PROVIDED ENTRIES.
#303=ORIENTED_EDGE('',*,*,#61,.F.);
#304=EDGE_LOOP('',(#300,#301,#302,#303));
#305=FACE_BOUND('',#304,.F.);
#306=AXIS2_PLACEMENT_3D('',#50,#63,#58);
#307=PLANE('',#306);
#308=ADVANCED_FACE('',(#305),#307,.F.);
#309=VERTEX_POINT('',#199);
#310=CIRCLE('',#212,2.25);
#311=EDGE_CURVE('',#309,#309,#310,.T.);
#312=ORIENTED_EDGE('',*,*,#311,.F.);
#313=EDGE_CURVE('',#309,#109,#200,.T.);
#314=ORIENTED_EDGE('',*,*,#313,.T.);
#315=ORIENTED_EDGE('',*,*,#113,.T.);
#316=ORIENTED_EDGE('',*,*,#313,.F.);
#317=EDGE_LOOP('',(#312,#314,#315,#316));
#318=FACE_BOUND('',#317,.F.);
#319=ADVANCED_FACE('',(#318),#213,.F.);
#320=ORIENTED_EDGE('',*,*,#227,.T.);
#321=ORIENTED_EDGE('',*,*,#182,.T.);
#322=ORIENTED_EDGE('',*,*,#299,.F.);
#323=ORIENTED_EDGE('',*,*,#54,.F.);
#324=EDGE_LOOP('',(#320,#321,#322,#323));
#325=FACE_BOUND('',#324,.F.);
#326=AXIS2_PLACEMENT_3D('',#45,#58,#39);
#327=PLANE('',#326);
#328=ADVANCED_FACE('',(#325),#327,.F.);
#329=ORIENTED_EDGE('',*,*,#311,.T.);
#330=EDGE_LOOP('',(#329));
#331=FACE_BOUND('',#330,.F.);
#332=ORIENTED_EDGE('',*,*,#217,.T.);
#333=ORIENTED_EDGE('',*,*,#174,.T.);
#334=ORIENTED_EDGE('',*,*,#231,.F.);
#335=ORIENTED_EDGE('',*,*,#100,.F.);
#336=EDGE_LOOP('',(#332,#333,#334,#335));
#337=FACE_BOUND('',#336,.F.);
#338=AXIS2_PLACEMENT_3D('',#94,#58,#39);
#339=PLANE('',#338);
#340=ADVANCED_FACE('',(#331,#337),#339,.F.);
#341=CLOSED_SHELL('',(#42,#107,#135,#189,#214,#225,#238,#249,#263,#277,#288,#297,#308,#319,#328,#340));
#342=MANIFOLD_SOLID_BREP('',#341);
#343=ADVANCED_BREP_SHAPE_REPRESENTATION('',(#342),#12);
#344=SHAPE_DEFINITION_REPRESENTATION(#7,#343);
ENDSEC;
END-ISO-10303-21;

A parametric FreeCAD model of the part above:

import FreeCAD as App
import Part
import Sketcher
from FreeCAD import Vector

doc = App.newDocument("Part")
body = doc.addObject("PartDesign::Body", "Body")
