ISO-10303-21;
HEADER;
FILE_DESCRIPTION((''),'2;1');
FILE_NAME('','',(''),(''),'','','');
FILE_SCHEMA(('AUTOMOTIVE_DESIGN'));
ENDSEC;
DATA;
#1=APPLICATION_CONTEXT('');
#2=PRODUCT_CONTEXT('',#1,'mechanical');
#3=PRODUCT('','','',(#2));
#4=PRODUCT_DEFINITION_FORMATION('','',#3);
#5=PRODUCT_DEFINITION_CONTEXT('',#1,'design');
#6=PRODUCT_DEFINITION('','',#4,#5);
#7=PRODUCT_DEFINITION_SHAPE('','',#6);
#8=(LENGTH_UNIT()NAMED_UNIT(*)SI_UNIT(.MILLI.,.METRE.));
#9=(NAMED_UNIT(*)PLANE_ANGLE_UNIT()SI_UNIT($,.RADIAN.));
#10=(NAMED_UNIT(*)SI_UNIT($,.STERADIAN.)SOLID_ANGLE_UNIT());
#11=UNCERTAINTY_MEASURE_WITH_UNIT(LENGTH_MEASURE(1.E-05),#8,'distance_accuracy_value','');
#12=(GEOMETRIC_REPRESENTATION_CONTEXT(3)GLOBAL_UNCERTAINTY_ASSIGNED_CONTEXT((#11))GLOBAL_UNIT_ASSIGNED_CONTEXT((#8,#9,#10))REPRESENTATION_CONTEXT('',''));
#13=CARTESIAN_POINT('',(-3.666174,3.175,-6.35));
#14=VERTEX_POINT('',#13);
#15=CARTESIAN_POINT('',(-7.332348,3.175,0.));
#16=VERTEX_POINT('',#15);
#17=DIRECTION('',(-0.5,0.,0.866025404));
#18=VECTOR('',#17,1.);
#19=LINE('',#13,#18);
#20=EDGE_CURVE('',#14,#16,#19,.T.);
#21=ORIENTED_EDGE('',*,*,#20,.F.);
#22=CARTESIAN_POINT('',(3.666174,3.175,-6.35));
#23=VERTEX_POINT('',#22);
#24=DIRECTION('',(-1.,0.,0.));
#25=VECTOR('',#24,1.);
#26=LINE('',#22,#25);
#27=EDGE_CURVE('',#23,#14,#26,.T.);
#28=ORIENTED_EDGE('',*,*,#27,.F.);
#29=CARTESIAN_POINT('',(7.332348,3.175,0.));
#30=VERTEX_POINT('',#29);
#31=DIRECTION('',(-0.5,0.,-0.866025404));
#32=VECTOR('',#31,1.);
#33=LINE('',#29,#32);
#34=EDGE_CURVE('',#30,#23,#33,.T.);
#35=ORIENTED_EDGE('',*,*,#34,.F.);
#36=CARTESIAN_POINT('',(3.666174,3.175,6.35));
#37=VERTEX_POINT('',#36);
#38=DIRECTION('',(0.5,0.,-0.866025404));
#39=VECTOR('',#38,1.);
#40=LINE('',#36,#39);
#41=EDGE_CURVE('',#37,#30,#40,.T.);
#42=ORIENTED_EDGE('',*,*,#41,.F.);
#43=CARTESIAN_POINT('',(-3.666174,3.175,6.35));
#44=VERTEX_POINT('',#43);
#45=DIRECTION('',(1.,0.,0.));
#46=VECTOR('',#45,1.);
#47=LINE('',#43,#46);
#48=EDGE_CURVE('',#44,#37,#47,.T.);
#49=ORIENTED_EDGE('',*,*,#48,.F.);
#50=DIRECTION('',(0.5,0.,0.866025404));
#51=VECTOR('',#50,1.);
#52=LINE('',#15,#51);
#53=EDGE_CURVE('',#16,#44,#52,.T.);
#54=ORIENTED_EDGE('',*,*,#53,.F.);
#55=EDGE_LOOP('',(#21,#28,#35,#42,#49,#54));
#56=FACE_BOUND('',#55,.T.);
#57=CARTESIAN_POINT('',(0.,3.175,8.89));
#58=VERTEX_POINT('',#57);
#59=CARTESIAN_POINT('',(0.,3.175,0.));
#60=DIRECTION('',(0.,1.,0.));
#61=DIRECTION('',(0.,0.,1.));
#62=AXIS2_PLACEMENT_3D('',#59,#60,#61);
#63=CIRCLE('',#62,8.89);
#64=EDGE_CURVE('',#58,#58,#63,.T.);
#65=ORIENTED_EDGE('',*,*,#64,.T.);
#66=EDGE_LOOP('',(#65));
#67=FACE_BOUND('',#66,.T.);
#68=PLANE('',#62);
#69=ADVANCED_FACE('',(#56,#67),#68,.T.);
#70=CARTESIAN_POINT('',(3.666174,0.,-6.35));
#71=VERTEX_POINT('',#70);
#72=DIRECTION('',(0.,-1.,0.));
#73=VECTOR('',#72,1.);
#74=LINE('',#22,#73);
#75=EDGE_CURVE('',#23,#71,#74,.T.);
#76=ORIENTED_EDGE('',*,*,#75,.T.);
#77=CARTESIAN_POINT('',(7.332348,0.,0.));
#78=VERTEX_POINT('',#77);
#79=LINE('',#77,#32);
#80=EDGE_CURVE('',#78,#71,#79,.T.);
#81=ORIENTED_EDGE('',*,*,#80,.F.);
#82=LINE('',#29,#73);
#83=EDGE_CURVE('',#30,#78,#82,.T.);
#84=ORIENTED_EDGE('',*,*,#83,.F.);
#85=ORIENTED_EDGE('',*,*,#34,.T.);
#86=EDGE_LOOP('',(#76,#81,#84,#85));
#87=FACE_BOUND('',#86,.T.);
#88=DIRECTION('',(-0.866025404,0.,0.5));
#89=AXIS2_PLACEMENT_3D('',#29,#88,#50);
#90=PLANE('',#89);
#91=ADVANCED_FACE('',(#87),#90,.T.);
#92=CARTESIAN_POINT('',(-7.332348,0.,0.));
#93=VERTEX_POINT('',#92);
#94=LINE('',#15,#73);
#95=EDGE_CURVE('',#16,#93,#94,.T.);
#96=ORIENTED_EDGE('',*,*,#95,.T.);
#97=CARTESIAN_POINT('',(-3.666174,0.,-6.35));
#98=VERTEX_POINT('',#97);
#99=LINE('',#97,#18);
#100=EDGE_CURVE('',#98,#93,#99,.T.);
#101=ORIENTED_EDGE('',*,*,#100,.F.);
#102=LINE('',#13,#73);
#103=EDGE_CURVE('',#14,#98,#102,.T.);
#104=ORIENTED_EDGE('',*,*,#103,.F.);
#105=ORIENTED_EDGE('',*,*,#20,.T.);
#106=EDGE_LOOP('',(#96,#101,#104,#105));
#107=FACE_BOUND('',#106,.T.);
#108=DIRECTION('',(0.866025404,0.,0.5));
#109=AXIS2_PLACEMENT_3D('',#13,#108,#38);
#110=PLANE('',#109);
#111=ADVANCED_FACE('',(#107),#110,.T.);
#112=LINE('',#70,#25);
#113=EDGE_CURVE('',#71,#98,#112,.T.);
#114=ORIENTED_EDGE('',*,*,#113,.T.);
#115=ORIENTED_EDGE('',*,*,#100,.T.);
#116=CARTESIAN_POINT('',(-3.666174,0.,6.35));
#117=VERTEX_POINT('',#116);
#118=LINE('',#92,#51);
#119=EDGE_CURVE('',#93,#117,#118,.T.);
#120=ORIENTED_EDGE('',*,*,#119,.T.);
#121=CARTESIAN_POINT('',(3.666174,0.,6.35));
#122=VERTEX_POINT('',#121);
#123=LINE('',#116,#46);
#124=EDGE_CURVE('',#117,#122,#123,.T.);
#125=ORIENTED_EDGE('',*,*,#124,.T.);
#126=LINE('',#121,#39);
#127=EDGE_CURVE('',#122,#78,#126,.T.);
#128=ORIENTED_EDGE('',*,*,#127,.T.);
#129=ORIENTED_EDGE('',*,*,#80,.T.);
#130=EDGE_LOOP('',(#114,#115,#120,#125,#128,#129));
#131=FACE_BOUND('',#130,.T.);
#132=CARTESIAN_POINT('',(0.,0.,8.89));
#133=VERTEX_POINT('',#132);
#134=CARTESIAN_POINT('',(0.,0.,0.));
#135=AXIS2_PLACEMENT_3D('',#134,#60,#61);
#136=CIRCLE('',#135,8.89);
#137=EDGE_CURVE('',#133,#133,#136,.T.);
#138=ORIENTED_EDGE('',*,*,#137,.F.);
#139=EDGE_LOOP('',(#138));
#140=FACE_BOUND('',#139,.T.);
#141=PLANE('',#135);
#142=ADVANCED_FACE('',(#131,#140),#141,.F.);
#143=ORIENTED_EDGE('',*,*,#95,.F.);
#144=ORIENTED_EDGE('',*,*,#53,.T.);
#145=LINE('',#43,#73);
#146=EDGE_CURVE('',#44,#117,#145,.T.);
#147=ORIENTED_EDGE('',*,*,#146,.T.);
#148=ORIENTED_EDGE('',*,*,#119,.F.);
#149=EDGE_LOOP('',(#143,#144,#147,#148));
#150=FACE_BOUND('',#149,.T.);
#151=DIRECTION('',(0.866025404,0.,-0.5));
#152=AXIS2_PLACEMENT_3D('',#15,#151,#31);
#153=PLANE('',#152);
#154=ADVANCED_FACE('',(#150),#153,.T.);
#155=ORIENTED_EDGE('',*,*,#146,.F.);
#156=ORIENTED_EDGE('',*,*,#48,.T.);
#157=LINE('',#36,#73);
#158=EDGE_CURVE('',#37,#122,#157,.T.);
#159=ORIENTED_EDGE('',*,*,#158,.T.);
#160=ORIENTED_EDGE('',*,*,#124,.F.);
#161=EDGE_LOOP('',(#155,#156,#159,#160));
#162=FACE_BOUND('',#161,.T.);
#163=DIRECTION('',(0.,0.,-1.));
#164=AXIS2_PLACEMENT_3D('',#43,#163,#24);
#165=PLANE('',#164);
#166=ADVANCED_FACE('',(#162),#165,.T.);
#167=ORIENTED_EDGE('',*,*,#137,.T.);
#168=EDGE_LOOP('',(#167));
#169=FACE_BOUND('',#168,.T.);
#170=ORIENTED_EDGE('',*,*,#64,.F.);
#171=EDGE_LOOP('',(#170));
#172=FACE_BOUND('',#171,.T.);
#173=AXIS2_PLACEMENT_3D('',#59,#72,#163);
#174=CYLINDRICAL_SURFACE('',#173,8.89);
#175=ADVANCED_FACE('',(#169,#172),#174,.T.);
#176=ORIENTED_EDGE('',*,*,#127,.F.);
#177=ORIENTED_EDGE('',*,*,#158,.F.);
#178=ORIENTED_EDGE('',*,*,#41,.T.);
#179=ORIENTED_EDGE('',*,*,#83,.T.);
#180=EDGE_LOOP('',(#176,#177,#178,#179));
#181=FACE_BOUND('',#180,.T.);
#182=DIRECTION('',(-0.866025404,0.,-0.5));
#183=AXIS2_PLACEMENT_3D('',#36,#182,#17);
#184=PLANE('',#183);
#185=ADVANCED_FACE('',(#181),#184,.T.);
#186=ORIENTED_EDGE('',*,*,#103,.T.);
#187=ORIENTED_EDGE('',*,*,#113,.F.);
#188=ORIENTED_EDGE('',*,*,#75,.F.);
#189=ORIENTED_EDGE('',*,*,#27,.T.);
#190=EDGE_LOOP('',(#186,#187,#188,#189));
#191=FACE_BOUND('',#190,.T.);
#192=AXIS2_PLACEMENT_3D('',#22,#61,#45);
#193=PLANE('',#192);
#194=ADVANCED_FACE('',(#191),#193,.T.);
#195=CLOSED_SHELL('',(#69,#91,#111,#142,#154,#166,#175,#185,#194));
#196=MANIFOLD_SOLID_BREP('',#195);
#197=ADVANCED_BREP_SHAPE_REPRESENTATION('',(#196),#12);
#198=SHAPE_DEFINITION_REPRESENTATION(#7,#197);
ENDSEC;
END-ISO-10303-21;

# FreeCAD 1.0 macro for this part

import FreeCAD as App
import Part
import Sketcher
from FreeCAD import Vector
Q = App.Units.Quantity

doc = App.newDocument("Part")
body = doc.addObject("PartDesign::Body", "Body")

# Sketch on XZ plane
sketch1 = body.newObject("Sketcher::SketchObject", "Sketch")
sketch1.AttachmentSupport = (doc.getObject("XZ_Plane"), [""])
sketch1.MapMode = "FlatFace"
sketch1.addGeometry([
    Part.Circle(Vector(0, 0, 0), Vector(0, 0, 1), 9),  # 0
    Part.LineSegment(Vector(4, -6, 0), Vector(7, 0, 0)),  # 1
    Part.LineSegment(Vector(7, 0, 0), Vector(4, 6, 0)),  # 2
    Part.LineSegment(Vector(4, 6, 0), Vector(-4, 6, 0)),  # 3
    Part.LineSegment(Vector(-4, 6, 0), Vector(-7, 0, 0)),  # 4
    Part.LineSegment(Vector(-7, 0, 0), Vector(-4, -6, 0)),  # 5
    Part.LineSegment(Vector(-4, -6, 0), Vector(4, -6, 0)),  # 6
], False)
sketch1.addConstraint([
    Sketcher.Constraint("Coincident", 1, 2, 2, 1),
    Sketcher.Constraint("Coincident", 2, 2, 3, 1),
    Sketcher.Constraint("Coincident", 3, 2, 4, 1),
    Sketcher.Constraint("Coincident", 4, 2, 5, 1),
    Sketcher.Constraint("Coincident", 5, 2, 6, 1),
    Sketcher.Constraint("Coincident", 6, 2, 1, 1),
    Sketcher.Constraint("Horizontal", 3),
    Sketcher.Constraint("Horizontal", 6),
    Sketcher.Constraint("Coincident", 0, 3, -1, 1),
    Sketcher.Constraint("Symmetric", 1, 2, 4, 2, -1, 1),
    Sketcher.Constraint("Symmetric", 2, 2, 5, 2, -1, 1),
    Sketcher.Constraint("PointOnObject", 1, 2, -1),
    Sketcher.Constraint("Parallel", 1, 4),
    Sketcher.Constraint("Vertical", 3, 2, 5, 2),
    Sketcher.Constraint("Diameter", 0, Q("0.7 in")),
    Sketcher.Constraint("Angle", 1, Q("60 deg")),
    Sketcher.Constraint("DistanceY", 5, 2, 3, 2, Q("0.5 in")),
    Sketcher.Constraint("DistanceX", 3, 2, 3, 1, 7.332348),
])
pad1 = body.newObject("PartDesign::Pad", "Pad")
pad1.Profile = sketch1
pad1.Length = Q("0.125 in")
pad1.Reversed = True

doc.recompute()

AIM OF THE EXERCISE.
Quote the data above verbatim from its first line to the line that includes "#9=(NAMED_UNIT(*)PLANE_ANGLE_UNIT()SI_UNIT($,.RADIAN.));", with both boundary lines retained.

TASK RESULT.
#303=ORIENTED_EDGE('',*,*,#61,.F.);
#304=EDGE_LOOP('',(#300,#301,#302,#303));
#305=FACE_BOUND('',#304,.F.);
#306=AXIS2_PLACEMENT_3D('',#50,#63,#58);
#307=PLANE('',#306);
#308=ADVANCED_FACE('',(#305),#307,.F.);
#309=VERTEX_POINT('',#199);
#310=CIRCLE('',#212,2.25);
#311=EDGE_CURVE('',#309,#309,#310,.T.);
#312=ORIENTED_EDGE('',*,*,#311,.F.);
#313=EDGE_CURVE('',#309,#109,#200,.T.);
#314=ORIENTED_EDGE('',*,*,#313,.T.);
#315=ORIENTED_EDGE('',*,*,#113,.T.);
#316=ORIENTED_EDGE('',*,*,#313,.F.);
#317=EDGE_LOOP('',(#312,#314,#315,#316));
#318=FACE_BOUND('',#317,.F.);
#319=ADVANCED_FACE('',(#318),#213,.F.);
#320=ORIENTED_EDGE('',*,*,#227,.T.);
#321=ORIENTED_EDGE('',*,*,#182,.T.);
#322=ORIENTED_EDGE('',*,*,#299,.F.);
#323=ORIENTED_EDGE('',*,*,#54,.F.);
#324=EDGE_LOOP('',(#320,#321,#322,#323));
#325=FACE_BOUND('',#324,.F.);
#326=AXIS2_PLACEMENT_3D('',#45,#58,#39);
#327=PLANE('',#326);
#328=ADVANCED_FACE('',(#325),#327,.F.);
#329=ORIENTED_EDGE('',*,*,#311,.T.);
#330=EDGE_LOOP('',(#329));
#331=FACE_BOUND('',#330,.F.);
#332=ORIENTED_EDGE('',*,*,#217,.T.);
#333=ORIENTED_EDGE('',*,*,#174,.T.);
#334=ORIENTED_EDGE('',*,*,#231,.F.);
#335=ORIENTED_EDGE('',*,*,#100,.F.);
#336=EDGE_LOOP('',(#332,#333,#334,#335));
#337=FACE_BOUND('',#336,.F.);
#338=AXIS2_PLACEMENT_3D('',#94,#58,#39);
#339=PLANE('',#338);
#340=ADVANCED_FACE('',(#331,#337),#339,.F.);
#341=CLOSED_SHELL('',(#42,#107,#135,#189,#214,#225,#238,#249,#263,#277,#288,#297,#308,#319,#328,#340));
#342=MANIFOLD_SOLID_BREP('',#341);
#343=ADVANCED_BREP_SHAPE_REPRESENTATION('',(#342),#12);
#344=SHAPE_DEFINITION_REPRESENTATION(#7,#343);
ENDSEC;
END-ISO-10303-21;

A parametric FreeCAD model of the part above:

import FreeCAD as App
import Part
import Sketcher
from FreeCAD import Vector

doc = App.newDocument("Part")
body = doc.addObject("PartDesign::Body", "Body")
ISO-10303-21;
HEADER;
FILE_DESCRIPTION((''),'2;1');
FILE_NAME('','',(''),(''),'','','');
FILE_SCHEMA(('AUTOMOTIVE_DESIGN'));
ENDSEC;
DATA;
#1=APPLICATION_CONTEXT('');
#2=PRODUCT_CONTEXT('',#1,'mechanical');
#3=PRODUCT('','','',(#2));
#4=PRODUCT_DEFINITION_FORMATION('','',#3);
#5=PRODUCT_DEFINITION_CONTEXT('',#1,'design');
#6=PRODUCT_DEFINITION('','',#4,#5);
#7=PRODUCT_DEFINITION_SHAPE('','',#6);
#8=(LENGTH_UNIT()NAMED_UNIT(*)SI_UNIT(.MILLI.,.METRE.));
#9=(NAMED_UNIT(*)PLANE_ANGLE_UNIT()SI_UNIT($,.RADIAN.));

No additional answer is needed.